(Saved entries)
● ● ● ● ●
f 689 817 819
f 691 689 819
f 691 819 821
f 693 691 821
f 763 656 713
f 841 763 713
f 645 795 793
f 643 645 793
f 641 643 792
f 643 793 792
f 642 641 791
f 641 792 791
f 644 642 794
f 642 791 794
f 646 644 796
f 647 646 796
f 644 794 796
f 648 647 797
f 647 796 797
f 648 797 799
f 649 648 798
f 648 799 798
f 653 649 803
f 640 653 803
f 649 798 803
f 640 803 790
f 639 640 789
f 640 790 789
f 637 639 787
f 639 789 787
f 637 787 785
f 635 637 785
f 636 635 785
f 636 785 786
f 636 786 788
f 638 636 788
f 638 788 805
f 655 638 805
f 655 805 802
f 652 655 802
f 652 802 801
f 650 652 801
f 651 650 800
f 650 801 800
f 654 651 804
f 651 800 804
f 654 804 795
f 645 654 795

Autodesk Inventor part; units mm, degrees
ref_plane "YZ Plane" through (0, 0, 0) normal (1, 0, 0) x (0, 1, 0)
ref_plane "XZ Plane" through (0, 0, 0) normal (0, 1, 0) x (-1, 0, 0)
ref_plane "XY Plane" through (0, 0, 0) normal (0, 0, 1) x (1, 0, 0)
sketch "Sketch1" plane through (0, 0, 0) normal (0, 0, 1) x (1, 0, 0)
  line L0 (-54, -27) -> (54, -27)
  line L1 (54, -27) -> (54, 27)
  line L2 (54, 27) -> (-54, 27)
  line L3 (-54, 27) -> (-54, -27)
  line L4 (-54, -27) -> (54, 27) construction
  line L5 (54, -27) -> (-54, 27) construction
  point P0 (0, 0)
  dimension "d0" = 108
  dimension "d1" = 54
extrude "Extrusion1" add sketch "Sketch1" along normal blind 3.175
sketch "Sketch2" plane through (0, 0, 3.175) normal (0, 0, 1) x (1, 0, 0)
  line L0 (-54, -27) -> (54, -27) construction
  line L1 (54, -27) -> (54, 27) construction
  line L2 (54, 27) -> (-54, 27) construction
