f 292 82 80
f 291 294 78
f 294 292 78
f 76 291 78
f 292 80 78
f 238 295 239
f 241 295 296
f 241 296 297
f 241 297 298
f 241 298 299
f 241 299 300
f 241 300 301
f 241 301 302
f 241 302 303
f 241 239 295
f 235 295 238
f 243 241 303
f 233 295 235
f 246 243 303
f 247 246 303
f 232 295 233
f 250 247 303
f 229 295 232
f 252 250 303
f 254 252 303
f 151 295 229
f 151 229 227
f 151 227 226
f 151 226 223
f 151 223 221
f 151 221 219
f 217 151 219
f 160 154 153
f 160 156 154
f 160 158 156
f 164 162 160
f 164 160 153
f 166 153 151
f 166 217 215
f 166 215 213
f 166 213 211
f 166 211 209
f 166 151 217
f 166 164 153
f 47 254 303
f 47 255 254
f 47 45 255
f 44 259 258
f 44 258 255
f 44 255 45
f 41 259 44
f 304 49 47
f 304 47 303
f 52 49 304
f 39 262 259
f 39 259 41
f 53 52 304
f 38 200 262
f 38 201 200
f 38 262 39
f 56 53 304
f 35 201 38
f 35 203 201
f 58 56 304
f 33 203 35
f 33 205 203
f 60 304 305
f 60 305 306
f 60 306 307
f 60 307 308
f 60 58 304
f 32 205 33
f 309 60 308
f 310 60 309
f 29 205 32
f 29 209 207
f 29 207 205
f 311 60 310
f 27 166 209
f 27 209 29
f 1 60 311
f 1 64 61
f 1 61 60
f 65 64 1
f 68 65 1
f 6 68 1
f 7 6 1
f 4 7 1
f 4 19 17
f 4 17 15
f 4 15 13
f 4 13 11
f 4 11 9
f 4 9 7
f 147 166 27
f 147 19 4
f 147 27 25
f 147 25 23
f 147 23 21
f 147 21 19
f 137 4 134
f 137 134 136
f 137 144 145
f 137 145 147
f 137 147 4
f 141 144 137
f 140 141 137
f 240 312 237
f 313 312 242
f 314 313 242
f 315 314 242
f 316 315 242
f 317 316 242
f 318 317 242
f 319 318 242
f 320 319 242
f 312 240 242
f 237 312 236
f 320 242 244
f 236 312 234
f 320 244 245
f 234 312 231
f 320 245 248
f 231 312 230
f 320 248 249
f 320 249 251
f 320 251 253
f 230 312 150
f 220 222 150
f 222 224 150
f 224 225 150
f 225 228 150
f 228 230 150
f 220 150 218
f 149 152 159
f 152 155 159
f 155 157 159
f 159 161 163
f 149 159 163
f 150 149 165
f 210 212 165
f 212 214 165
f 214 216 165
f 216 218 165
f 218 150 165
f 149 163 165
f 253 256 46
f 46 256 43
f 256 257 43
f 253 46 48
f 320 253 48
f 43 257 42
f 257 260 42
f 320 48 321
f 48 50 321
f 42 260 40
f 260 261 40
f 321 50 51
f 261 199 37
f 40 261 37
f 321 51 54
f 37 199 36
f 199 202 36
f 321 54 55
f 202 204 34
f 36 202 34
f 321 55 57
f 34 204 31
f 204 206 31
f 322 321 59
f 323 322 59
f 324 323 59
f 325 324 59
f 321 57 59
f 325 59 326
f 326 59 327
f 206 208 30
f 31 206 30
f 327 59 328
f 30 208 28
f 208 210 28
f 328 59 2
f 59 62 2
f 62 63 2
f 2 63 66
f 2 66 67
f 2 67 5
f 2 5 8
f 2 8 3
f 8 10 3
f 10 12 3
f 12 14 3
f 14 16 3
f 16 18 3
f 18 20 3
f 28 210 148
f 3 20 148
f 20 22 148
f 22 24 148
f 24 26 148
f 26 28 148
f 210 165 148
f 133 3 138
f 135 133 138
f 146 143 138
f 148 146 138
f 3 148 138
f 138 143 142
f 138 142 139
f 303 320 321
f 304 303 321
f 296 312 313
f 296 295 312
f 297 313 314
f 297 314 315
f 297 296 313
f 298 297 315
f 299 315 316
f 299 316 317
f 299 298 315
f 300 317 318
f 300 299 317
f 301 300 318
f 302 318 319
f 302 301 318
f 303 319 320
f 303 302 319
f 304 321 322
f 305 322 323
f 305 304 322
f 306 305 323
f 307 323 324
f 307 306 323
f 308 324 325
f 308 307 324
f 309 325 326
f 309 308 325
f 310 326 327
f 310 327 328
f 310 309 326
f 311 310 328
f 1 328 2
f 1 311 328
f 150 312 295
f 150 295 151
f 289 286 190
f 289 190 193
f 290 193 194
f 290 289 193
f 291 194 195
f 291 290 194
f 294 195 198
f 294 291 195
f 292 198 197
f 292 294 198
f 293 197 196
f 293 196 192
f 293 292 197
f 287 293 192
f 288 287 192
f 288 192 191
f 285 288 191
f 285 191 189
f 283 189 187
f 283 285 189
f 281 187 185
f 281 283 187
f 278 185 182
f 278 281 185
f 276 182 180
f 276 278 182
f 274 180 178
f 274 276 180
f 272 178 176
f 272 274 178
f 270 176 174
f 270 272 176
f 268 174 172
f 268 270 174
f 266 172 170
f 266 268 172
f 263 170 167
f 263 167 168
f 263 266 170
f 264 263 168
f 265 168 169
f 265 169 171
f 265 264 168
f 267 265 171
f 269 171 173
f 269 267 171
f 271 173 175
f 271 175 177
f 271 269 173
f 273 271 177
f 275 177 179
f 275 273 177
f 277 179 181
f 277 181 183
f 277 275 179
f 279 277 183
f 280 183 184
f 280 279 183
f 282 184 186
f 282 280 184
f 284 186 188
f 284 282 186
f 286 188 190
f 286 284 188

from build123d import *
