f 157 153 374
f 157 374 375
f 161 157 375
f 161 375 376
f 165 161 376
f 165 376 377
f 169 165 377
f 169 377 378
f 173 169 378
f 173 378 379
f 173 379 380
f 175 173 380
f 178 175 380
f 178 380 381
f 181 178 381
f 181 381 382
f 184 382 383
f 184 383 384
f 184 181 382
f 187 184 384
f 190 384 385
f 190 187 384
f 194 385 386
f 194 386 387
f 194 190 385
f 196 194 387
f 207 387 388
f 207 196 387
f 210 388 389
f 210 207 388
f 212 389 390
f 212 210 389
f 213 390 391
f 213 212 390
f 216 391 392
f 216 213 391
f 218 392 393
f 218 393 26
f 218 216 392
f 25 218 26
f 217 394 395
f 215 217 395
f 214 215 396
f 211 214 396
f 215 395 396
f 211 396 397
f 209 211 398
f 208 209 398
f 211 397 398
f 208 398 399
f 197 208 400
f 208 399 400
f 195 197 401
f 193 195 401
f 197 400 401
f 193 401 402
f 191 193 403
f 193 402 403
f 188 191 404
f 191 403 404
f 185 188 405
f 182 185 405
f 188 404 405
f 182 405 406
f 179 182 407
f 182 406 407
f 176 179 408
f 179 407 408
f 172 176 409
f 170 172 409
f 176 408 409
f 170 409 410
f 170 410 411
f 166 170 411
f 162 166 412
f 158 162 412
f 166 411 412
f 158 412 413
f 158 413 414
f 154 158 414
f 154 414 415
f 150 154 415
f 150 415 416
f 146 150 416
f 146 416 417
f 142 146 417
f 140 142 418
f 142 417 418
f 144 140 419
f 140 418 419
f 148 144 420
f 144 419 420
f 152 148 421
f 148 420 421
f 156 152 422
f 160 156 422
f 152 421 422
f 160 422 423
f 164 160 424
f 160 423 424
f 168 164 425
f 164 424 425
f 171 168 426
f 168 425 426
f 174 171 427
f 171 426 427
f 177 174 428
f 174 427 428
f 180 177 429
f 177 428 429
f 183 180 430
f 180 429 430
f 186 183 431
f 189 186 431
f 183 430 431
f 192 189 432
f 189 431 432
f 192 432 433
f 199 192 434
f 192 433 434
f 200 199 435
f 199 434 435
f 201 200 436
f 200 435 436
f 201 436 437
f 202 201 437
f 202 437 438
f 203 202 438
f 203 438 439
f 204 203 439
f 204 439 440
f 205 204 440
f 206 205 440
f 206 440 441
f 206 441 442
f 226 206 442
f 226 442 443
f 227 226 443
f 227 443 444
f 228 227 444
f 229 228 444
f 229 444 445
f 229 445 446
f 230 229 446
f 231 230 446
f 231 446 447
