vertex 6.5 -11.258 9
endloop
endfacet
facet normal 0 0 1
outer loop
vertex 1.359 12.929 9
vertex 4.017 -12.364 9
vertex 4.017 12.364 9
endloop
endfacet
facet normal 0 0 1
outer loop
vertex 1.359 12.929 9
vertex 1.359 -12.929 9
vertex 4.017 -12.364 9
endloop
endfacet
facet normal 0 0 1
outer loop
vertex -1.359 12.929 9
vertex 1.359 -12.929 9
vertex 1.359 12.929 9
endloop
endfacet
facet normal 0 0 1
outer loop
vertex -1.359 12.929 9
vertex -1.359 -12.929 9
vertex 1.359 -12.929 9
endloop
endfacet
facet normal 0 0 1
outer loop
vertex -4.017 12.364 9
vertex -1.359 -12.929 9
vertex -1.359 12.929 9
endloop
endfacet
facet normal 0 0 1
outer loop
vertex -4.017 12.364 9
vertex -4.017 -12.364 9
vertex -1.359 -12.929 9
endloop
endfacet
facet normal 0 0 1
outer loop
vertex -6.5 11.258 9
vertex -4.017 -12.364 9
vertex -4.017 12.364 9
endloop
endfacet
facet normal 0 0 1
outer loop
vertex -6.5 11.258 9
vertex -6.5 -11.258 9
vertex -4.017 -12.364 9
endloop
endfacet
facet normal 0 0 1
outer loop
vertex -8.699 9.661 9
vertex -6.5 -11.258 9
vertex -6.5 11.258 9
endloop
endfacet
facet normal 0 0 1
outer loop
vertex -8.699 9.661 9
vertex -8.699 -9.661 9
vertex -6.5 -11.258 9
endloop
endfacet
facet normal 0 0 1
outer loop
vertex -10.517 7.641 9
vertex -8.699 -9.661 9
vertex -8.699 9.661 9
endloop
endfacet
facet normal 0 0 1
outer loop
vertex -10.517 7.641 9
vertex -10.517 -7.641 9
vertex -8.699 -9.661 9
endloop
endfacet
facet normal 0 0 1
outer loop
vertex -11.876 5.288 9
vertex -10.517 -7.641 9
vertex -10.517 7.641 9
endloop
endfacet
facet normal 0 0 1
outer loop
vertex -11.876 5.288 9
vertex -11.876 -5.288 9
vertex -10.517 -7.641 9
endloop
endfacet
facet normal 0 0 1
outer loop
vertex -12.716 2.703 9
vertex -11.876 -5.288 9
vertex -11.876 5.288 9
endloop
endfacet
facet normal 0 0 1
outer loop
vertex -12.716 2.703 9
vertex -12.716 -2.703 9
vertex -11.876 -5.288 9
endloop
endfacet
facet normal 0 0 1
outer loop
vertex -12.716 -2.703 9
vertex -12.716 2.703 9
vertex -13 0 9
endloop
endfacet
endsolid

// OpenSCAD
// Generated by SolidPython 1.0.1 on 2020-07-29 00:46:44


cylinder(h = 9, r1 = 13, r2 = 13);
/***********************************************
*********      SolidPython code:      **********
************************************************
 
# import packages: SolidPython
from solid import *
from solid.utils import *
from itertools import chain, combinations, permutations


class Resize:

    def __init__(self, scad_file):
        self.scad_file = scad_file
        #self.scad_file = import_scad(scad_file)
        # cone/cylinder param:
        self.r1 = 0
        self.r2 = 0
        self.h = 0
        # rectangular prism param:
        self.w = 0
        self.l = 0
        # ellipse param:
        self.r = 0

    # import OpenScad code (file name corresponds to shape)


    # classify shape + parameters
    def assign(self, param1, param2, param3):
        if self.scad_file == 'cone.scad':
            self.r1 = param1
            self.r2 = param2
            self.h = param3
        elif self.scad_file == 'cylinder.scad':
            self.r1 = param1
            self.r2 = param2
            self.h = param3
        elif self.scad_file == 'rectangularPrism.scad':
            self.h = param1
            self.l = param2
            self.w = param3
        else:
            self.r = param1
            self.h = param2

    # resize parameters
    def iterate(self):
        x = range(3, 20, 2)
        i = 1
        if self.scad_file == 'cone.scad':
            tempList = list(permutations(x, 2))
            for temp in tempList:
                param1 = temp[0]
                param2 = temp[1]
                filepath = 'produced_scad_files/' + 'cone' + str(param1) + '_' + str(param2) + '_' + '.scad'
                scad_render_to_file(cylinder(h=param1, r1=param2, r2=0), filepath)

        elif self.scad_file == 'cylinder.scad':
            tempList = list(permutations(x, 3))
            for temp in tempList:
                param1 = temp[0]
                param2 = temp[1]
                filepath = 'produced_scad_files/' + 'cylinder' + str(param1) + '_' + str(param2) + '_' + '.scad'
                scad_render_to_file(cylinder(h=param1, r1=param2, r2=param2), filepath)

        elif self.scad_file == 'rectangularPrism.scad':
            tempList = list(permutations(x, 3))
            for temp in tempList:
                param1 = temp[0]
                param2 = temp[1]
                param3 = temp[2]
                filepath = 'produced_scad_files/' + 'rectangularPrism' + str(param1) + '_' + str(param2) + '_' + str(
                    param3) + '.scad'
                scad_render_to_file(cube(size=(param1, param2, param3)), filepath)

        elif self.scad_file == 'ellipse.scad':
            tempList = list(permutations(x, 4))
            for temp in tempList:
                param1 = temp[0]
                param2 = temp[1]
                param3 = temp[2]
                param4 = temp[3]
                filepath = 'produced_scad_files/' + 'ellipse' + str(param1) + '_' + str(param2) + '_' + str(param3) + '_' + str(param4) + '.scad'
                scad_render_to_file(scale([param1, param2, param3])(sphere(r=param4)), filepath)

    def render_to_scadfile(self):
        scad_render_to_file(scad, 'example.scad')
● ● ● ● ●
* [Problem description]:
Each line of the records above that holds the word "cylinder" should be counted, and only the final number stated.

* [Answer area]:
7